在曲面的交叉点上采样随机点

时间:2017-05-08 16:09:25

标签: python performance random

在python中,从复杂的曲面交集中均匀地采样随机二维数字的最有效方法是什么?

例如,考虑许多磁盘的交叉或许多磁盘联合的补充。

我知道我可以简单地从包含二维感兴趣区域的框中绘制点,然后检查是否满足所需的条件,但我想知道是否有一个非常有效的解决方案来直接从中抽取均匀的随机点划界的表面!

由于

1 个答案:

答案 0 :(得分:0)

如果有任意圈子,则无法避免进入或退出

加快此类检查的好方法是构建Quadtree,其中每个节点都有固定的(一个或零是最好的)指针,以便进行检查。

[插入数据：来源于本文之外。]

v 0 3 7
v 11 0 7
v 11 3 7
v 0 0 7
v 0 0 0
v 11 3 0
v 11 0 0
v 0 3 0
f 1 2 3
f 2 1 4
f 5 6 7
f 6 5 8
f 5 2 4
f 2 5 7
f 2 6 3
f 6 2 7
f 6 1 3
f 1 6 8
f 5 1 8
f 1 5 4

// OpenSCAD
// Generated by SolidPython 1.0.1 on 2020-07-29 00:46:55


cube(size = [11, 3, 7]);
/***********************************************
*********      SolidPython code:      **********
************************************************
 
# import packages: SolidPython
from solid import *
from solid.utils import *
from itertools import chain, combinations, permutations


class Resize:

    def __init__(self, scad_file):
        self.scad_file = scad_file
        #self.scad_file = import_scad(scad_file)
        # cone/cylinder param:
        self.r1 = 0
        self.r2 = 0
        self.h = 0
        # rectangular prism param:
        self.w = 0
        self.l = 0
        # ellipse param:
        self.r = 0

    # import OpenScad code (file name corresponds to shape)


    # classify shape + parameters
    def assign(self, param1, param2, param3):
        if self.scad_file == 'cone.scad':
            self.r1 = param1
            self.r2 = param2
            self.h = param3
        elif self.scad_file == 'cylinder.scad':
            self.r1 = param1
            self.r2 = param2
            self.h = param3
        elif self.scad_file == 'rectangularPrism.scad':
            self.h = param1
            self.l = param2
            self.w = param3
        else:
            self.r = param1
            self.h = param2

    # resize parameters
    def iterate(self):
        x = range(3, 20, 2)
        i = 1
        if self.scad_file == 'cone.scad':
            tempList = list(permutations(x, 2))
            for temp in tempList:
                param1 = temp[0]
                param2 = temp[1]
                filepath = 'produced_scad_files/' + 'cone' + str(param1) + '_' + str(param2) + '_' + '.scad'
                scad_render_to_file(cylinder(h=param1, r1=param2, r2=0), filepath)

        elif self.scad_file == 'cylinder.scad':
            tempList = list(permutations(x, 3))
            for temp in tempList:
                param1 = temp[0]
                param2 = temp[1]
                filepath = 'produced_scad_files/' + 'cylinder' + str(param1) + '_' + str(param2) + '_' + '.scad'
                scad_render_to_file(cylinder(h=param1, r1=param2, r2=param2), filepath)

        elif self.scad_file == 'rectangularPrism.scad':
            tempList = list(permutations(x, 3))
            for temp in tempList:
                param1 = temp[0]
                param2 = temp[1]
                param3 = temp[2]
                filepath = 'produced_scad_files/' + 'rectangularPrism' + str(param1) + '_' + str(param2) + '_' + str(
                    param3) + '.scad'
                scad_render_to_file(cube(size=(param1, param2, param3)), filepath)

        elif self.scad_file == 'ellipse.scad':
            tempList = list(permutations(x, 4))
            for temp in tempList:
                param1 = temp[0]
                param2 = temp[1]
                param3 = temp[2]
                param4 = temp[3]
                filepath = 'produced_scad_files/' + 'ellipse' + str(param1) + '_' + str(param2) + '_' + str(param3) + '_' + str(param4) + '.scad'
                scad_render_to_file(scale([param1, param2, param3])(sphere(r=param4)), filepath)

    def render_to_scadfile(self):
        scad_render_to_file(scad, 'example.scad') 
 
************************************************/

树搜索(线性变换)将通过一次循环检查(在此接受或拒绝)或不进行循环检查(无条件接受)进入节点。

更新

一些简单的实现。但您可能会阅读有关QuadTrees,R-trees和类似树的更多信息以进行空间数据搜索(请参阅QuadTree页面底部的链接), 因为这个想法的变化可能会帮助你建立更好的算法

一些示例代码,键入UNTESTED,递归地构建给定磁盘列表的四叉树,然后在到达点处递归地遍历树并对点进行分类。 树行走是O(log2(N))复杂度,最后是一个磁盘检查

def squared(x):
    return x*x

class Disk(object):
    def __init__(self, x, y, r):
        self._x = x
        self._y = y
        self._r = r

    def check(self, x, y):
        return squared(x-self._x) + squared(y-self._y) <= squared(self._r)

class Node(object):
    def __init__(self, llx, lly, urx, ury):
        # nodes, in CCW
        self._NE = None
        self._NW = None
        self._SW = None
        self._SE = None
        # corners
        self._llx = llx
        self._lly = lly
        self._urx = urx
        self._ury = ury

        # dividers
        self._dx = 0.5*(llx + urx)
        self._dy = 0.5*(lly + ury)

        # disk to check
        self._disk = None

    def is_leaf_node(self):
        """
        True if node  has no children
        """
        if self._NE is None:
            if self._NW is None:
                if self._SW is None:
                    if self._SE is None:
                        return True
        return False

    def check_point(self, x, y):
        """
        True if not covered by circle
        """
        if self._disk is None: 
            return True
        return not self._disk.check(x, y)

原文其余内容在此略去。